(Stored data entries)
____________________

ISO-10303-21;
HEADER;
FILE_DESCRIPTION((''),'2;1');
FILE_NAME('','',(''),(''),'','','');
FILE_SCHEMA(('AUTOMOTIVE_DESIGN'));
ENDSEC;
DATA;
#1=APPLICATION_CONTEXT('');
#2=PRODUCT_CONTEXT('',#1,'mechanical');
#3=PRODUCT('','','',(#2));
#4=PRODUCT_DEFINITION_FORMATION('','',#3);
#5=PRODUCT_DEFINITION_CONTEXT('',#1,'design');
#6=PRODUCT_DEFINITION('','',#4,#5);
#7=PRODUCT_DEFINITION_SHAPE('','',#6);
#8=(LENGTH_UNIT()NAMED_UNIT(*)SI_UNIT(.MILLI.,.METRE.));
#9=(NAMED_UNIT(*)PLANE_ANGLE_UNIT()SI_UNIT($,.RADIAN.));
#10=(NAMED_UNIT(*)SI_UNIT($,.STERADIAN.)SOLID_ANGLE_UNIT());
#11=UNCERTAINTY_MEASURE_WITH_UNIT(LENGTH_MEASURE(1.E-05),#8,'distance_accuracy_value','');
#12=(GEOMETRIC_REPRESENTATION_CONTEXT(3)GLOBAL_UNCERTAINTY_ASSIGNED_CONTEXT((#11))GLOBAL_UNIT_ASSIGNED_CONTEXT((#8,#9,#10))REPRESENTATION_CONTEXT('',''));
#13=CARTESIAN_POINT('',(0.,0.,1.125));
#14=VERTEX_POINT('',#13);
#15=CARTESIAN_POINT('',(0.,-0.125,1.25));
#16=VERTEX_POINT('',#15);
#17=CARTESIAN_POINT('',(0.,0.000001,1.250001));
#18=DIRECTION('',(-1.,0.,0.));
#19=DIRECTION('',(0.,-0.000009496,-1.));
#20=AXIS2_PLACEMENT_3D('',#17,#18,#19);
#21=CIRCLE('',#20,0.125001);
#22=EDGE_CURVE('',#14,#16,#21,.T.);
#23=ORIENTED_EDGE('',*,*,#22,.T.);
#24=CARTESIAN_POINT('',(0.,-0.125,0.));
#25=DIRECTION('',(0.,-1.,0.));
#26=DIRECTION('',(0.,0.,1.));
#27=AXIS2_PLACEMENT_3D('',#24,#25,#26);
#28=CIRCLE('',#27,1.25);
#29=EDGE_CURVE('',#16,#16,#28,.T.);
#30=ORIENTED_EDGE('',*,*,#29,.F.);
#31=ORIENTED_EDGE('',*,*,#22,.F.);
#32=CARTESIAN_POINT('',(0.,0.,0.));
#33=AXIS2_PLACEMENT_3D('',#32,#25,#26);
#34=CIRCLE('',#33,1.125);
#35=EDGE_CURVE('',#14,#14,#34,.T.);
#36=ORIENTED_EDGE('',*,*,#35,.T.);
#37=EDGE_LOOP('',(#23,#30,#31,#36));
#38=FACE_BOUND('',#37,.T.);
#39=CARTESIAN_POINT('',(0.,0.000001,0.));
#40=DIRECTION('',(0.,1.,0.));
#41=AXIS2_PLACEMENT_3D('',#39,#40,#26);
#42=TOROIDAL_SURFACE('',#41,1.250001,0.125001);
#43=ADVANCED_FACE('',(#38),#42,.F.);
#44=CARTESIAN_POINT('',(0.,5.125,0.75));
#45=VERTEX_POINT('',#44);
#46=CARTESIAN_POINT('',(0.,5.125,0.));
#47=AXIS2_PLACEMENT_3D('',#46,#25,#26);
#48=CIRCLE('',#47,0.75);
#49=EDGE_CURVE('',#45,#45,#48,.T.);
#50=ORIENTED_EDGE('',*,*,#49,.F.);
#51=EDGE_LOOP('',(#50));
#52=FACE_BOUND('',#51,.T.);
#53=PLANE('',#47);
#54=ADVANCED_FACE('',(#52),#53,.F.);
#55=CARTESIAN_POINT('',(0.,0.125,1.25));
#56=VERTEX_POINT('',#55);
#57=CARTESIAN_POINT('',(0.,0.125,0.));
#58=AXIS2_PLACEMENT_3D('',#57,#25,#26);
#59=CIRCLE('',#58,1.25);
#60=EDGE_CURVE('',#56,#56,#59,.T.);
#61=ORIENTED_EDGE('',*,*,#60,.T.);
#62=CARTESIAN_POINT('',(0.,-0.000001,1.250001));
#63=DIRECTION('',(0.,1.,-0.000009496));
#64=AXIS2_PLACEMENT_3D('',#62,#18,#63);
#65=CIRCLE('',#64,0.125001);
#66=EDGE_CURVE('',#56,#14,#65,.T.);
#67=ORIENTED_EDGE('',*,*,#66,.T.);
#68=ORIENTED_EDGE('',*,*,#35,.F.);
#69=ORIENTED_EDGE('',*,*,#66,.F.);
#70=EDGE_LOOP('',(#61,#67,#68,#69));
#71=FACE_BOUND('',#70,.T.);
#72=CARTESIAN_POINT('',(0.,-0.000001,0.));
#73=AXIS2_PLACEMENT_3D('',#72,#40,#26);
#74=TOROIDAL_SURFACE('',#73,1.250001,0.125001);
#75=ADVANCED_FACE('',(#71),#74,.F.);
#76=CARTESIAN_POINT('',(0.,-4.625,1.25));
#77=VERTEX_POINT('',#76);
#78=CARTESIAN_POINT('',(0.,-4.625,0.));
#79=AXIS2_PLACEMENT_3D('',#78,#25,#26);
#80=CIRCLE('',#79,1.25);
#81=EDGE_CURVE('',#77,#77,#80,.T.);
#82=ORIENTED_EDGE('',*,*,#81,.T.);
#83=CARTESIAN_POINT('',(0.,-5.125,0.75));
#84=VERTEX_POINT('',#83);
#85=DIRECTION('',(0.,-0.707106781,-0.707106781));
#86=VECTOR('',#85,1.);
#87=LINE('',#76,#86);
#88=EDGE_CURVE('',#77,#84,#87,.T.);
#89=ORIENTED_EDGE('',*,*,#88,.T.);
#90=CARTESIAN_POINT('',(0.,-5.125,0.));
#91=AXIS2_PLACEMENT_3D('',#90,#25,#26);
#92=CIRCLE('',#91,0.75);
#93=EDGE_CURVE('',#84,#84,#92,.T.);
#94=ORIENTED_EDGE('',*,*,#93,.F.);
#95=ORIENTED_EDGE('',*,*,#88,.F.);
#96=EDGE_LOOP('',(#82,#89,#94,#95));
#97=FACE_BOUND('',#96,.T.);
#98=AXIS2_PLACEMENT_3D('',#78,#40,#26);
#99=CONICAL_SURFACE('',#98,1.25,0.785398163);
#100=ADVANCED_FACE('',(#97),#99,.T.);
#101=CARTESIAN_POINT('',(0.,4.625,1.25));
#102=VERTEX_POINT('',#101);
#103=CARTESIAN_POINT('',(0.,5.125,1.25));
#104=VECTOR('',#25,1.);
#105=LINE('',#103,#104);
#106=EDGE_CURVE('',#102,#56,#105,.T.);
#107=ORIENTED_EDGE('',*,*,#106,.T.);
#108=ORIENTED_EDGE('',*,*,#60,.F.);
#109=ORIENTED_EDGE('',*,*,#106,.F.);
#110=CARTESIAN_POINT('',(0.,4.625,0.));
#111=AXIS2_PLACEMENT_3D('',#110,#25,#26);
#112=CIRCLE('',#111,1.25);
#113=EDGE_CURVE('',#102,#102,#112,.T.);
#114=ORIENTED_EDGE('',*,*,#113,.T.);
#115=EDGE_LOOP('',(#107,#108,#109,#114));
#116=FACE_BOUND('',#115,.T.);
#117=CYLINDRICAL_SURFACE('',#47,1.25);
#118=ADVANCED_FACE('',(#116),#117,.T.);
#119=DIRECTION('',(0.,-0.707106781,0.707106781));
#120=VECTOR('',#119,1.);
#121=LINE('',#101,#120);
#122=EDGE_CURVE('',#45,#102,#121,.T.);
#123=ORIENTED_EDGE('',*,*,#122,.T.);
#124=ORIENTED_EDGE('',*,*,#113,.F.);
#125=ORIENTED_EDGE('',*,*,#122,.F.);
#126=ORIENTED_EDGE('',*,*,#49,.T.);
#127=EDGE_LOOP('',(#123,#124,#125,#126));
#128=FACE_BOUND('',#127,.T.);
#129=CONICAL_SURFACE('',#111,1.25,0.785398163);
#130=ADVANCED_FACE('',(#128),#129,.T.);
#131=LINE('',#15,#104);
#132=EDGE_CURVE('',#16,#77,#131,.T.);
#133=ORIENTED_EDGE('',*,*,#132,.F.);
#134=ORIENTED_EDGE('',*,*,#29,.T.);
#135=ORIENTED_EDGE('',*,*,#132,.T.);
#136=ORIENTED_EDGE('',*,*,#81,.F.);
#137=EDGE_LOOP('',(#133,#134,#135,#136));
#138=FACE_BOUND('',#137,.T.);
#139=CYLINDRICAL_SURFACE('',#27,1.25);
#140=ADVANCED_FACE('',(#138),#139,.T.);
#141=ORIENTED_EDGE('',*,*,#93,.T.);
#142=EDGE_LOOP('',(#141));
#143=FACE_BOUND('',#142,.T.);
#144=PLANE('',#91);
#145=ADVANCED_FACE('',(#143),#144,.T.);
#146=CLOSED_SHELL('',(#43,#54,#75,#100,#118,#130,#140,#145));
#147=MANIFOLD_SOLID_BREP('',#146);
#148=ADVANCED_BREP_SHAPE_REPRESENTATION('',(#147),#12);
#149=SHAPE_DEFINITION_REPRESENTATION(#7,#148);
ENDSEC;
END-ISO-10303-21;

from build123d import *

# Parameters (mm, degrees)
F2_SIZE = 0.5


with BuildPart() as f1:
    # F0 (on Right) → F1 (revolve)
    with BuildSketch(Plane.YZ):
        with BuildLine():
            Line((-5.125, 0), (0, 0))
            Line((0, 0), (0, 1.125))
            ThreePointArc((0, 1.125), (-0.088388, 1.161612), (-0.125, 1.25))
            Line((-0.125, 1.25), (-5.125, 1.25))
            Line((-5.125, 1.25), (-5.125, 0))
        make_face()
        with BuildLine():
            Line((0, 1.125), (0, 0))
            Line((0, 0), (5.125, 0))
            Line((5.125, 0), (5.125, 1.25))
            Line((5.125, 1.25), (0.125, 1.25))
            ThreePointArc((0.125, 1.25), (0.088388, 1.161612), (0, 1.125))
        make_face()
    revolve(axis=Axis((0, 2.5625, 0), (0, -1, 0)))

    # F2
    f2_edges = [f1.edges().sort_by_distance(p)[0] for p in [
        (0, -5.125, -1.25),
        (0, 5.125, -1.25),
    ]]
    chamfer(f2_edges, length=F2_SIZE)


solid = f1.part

____________________

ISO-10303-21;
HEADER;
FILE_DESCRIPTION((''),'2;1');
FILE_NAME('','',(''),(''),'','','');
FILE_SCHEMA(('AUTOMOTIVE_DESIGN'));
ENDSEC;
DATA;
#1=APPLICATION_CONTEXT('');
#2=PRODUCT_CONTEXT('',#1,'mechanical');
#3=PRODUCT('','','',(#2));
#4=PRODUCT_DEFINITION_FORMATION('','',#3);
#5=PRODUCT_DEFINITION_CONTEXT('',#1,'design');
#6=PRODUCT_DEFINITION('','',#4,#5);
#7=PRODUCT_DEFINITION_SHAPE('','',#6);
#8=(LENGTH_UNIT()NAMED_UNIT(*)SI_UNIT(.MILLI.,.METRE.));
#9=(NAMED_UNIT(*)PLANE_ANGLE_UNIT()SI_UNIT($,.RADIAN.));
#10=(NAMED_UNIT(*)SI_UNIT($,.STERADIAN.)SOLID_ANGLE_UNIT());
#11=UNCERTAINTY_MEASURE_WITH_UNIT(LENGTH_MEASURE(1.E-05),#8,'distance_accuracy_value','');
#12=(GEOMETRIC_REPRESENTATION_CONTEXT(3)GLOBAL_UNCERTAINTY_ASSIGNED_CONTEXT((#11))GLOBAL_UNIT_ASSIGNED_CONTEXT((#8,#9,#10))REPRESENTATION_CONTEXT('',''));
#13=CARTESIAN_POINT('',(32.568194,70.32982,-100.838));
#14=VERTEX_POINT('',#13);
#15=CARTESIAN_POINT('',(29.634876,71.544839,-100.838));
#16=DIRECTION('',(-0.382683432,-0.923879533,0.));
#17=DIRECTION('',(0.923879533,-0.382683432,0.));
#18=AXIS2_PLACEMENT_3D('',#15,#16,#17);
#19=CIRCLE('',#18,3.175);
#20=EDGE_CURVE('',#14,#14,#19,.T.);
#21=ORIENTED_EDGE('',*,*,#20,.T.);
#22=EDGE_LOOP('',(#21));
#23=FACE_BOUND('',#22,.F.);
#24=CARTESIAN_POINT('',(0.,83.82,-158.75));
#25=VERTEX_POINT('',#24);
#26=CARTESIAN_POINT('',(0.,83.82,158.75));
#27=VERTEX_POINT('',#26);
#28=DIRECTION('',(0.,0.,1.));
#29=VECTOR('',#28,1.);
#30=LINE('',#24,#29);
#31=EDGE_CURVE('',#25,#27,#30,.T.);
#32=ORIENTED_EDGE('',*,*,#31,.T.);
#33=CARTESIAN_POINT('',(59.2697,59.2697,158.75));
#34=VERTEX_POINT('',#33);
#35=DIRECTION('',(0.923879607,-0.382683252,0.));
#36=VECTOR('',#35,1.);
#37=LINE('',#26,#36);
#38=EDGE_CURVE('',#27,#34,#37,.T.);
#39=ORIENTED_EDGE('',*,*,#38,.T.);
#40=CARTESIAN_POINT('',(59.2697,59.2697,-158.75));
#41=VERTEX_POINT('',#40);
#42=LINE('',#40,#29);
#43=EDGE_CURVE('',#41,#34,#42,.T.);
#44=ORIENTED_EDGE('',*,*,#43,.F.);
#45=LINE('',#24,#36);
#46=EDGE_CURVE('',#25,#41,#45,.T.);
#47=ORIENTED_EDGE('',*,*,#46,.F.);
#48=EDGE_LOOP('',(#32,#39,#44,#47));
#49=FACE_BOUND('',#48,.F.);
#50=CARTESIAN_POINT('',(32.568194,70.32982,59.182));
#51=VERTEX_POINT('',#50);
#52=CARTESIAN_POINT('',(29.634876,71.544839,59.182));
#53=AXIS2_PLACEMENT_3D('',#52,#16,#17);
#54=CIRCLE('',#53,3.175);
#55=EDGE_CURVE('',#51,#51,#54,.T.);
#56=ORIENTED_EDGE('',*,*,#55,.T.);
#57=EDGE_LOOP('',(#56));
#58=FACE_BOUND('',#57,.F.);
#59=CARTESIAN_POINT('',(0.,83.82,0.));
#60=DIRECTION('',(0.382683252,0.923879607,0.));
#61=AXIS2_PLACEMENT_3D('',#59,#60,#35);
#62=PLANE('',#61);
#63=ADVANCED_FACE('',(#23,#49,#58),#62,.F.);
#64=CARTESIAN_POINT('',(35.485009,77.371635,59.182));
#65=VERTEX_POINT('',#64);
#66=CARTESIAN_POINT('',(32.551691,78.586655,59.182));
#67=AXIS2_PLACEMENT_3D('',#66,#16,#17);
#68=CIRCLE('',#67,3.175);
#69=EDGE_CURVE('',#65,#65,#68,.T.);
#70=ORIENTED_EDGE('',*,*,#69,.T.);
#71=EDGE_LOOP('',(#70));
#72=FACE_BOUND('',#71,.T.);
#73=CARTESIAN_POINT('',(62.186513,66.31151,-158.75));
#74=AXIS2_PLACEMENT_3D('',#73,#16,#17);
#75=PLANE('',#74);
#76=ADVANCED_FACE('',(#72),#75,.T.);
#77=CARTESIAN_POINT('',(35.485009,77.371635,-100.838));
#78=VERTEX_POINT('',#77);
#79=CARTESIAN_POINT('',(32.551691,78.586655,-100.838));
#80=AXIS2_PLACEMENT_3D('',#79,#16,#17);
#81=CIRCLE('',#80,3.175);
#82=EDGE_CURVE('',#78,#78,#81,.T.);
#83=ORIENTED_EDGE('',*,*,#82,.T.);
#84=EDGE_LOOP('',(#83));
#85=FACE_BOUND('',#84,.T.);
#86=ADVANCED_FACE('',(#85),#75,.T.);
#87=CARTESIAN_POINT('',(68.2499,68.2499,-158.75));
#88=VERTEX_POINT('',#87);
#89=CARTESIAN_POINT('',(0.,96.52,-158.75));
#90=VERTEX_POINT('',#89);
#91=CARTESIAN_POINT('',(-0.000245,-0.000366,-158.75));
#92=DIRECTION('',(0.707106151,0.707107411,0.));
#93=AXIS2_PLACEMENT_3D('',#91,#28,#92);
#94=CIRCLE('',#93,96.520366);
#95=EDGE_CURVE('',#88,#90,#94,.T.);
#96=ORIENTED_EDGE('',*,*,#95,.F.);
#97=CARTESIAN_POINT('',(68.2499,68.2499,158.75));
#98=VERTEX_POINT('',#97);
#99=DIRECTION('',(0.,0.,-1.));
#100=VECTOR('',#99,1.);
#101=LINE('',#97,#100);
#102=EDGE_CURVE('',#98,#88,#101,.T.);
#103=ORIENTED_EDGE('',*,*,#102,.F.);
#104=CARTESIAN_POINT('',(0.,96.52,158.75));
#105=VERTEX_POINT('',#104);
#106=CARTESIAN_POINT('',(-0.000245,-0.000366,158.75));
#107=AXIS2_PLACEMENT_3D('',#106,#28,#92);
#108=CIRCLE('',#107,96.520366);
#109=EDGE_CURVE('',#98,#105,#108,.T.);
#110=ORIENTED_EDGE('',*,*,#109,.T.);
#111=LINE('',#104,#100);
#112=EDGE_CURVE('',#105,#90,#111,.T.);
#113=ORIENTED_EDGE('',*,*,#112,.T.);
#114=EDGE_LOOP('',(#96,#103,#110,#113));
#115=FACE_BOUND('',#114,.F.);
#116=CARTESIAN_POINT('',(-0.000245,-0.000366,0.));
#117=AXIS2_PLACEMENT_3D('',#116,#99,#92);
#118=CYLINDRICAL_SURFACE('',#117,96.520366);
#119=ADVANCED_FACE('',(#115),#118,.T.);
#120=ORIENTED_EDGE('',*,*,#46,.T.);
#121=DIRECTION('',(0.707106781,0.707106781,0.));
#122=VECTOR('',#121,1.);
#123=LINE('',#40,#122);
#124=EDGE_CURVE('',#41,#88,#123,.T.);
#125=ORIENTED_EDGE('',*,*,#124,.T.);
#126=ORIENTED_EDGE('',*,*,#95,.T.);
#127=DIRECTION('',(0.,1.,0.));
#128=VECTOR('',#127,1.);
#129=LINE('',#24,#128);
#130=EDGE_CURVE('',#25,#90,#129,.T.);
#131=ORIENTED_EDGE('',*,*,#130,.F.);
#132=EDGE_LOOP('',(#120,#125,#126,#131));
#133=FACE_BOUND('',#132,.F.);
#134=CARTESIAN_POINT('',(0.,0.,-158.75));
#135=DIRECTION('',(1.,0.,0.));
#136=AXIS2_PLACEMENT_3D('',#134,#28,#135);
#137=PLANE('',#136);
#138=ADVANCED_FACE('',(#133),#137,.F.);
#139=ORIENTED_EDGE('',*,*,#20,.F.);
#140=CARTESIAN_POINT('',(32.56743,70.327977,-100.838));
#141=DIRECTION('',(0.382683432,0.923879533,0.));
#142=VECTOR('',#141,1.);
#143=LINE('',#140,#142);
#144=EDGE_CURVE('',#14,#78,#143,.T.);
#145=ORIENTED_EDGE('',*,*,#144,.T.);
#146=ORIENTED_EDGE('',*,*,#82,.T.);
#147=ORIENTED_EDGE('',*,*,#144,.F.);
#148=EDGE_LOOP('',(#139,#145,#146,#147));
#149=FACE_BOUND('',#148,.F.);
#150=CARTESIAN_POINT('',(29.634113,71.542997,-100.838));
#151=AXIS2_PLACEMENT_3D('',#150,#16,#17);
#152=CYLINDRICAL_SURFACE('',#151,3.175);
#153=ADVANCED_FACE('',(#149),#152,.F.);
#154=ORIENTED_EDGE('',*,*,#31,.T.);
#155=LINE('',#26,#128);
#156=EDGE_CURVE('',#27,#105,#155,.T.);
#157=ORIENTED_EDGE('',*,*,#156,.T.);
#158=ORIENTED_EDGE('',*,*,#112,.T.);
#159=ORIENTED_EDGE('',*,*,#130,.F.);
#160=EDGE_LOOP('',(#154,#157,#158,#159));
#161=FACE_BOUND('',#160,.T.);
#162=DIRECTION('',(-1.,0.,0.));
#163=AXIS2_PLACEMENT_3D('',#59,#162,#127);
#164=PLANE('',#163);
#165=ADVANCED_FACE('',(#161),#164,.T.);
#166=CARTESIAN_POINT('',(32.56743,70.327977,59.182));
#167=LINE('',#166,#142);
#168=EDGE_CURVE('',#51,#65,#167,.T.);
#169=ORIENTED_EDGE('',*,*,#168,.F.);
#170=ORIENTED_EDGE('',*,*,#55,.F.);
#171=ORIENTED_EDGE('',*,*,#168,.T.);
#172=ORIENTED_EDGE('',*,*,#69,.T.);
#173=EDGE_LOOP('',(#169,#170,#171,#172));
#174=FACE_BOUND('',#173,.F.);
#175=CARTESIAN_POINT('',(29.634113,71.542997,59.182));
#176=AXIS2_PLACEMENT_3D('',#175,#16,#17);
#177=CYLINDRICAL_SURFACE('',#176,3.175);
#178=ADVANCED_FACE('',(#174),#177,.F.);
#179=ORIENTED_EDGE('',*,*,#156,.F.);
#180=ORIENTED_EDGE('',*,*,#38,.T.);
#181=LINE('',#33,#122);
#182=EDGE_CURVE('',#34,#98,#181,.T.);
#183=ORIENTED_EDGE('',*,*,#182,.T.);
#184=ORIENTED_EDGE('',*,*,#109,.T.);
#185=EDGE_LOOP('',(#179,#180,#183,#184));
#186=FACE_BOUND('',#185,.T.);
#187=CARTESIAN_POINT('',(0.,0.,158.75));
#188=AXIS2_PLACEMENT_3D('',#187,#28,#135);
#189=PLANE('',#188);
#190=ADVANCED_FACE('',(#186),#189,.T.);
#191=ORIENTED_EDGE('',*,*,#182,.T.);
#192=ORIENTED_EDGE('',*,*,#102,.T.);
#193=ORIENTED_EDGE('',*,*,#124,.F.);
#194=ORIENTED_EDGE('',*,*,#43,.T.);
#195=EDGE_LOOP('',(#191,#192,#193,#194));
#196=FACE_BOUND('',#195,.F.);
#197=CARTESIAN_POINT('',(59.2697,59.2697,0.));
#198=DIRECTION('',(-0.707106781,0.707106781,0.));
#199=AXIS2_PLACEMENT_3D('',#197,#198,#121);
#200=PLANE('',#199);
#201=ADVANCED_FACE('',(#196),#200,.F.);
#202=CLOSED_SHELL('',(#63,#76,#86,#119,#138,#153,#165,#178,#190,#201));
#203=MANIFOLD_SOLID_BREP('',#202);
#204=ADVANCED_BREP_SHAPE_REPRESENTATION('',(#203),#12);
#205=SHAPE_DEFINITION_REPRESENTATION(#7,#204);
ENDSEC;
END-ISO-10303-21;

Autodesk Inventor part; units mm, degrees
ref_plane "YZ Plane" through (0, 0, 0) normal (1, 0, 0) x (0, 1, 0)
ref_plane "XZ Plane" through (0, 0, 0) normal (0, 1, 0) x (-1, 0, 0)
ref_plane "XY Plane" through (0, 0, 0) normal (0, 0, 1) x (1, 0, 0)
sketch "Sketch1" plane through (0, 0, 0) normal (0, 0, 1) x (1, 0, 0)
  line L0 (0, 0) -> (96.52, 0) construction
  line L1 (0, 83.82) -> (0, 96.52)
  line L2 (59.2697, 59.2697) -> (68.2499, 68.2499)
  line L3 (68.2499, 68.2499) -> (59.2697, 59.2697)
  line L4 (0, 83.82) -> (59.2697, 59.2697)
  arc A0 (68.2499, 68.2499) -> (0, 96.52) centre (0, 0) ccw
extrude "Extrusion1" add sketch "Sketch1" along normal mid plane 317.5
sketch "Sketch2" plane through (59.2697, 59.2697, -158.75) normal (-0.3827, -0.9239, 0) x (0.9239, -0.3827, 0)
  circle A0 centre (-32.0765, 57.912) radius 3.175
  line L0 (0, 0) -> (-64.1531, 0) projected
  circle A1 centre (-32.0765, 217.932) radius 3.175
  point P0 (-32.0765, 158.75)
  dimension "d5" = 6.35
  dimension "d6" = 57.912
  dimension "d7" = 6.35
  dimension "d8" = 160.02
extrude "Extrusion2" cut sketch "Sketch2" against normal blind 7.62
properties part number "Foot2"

____________________

> **Problem details**
Above are the entries. Copy exactly the part that opens with the line containing "#36=VECTOR('',#35,1.);" and closes with the line containing "#91=CARTESIAN_POINT('',(-0.000245,-0.000366,-158.75));", and no more.

> **Solution for this exercise**
#36=VECTOR('',#35,1.);
#37=LINE('',#26,#36);
#38=EDGE_CURVE('',#27,#34,#37,.T.);
#39=ORIENTED_EDGE('',*,*,#38,.T.);
#40=CARTESIAN_POINT('',(59.2697,59.2697,-158.75));
#41=VERTEX_POINT('',#40);
#42=LINE('',#40,#29);
#43=EDGE_CURVE('',#41,#34,#42,.T.);
#44=ORIENTED_EDGE('',*,*,#43,.F.);
#45=LINE('',#24,#36);
#46=EDGE_CURVE('',#25,#41,#45,.T.);
#47=ORIENTED_EDGE('',*,*,#46,.F.);
#48=EDGE_LOOP('',(#32,#39,#44,#47));
#49=FACE_BOUND('',#48,.F.);
#50=CARTESIAN_POINT('',(32.568194,70.32982,59.182));
#51=VERTEX_POINT('',#50);
#52=CARTESIAN_POINT('',(29.634876,71.544839,59.182));
#53=AXIS2_PLACEMENT_3D('',#52,#16,#17);
#54=CIRCLE('',#53,3.175);
#55=EDGE_CURVE('',#51,#51,#54,.T.);
#56=ORIENTED_EDGE('',*,*,#55,.T.);
#57=EDGE_LOOP('',(#56));
#58=FACE_BOUND('',#57,.F.);
#59=CARTESIAN_POINT('',(0.,83.82,0.));
#60=DIRECTION('',(0.382683252,0.923879607,0.));
#61=AXIS2_PLACEMENT_3D('',#59,#60,#35);
#62=PLANE('',#61);
#63=ADVANCED_FACE('',(#23,#49,#58),#62,.F.);
#64=CARTESIAN_POINT('',(35.485009,77.371635,59.182));
#65=VERTEX_POINT('',#64);
#66=CARTESIAN_POINT('',(32.551691,78.586655,59.182));
#67=AXIS2_PLACEMENT_3D('',#66,#16,#17);
#68=CIRCLE('',#67,3.175);
#69=EDGE_CURVE('',#65,#65,#68,.T.);
#70=ORIENTED_EDGE('',*,*,#69,.T.);
#71=EDGE_LOOP('',(#70));
#72=FACE_BOUND('',#71,.T.);
#73=CARTESIAN_POINT('',(62.186513,66.31151,-158.75));
#74=AXIS2_PLACEMENT_3D('',#73,#16,#17);
#75=PLANE('',#74);
#76=ADVANCED_FACE('',(#72),#75,.T.);
#77=CARTESIAN_POINT('',(35.485009,77.371635,-100.838));
#78=VERTEX_POINT('',#77);
#79=CARTESIAN_POINT('',(32.551691,78.586655,-100.838));
#80=AXIS2_PLACEMENT_3D('',#79,#16,#17);
#81=CIRCLE('',#80,3.175);
#82=EDGE_CURVE('',#78,#78,#81,.T.);
#83=ORIENTED_EDGE('',*,*,#82,.T.);
#84=EDGE_LOOP('',(#83));
#85=FACE_BOUND('',#84,.T.);
#86=ADVANCED_FACE('',(#85),#75,.T.);
#87=CARTESIAN_POINT('',(68.2499,68.2499,-158.75));
#88=VERTEX_POINT('',#87);
#89=CARTESIAN_POINT('',(0.,96.52,-158.75));
#90=VERTEX_POINT('',#89);
#91=CARTESIAN_POINT('',(-0.000245,-0.000366,-158.75));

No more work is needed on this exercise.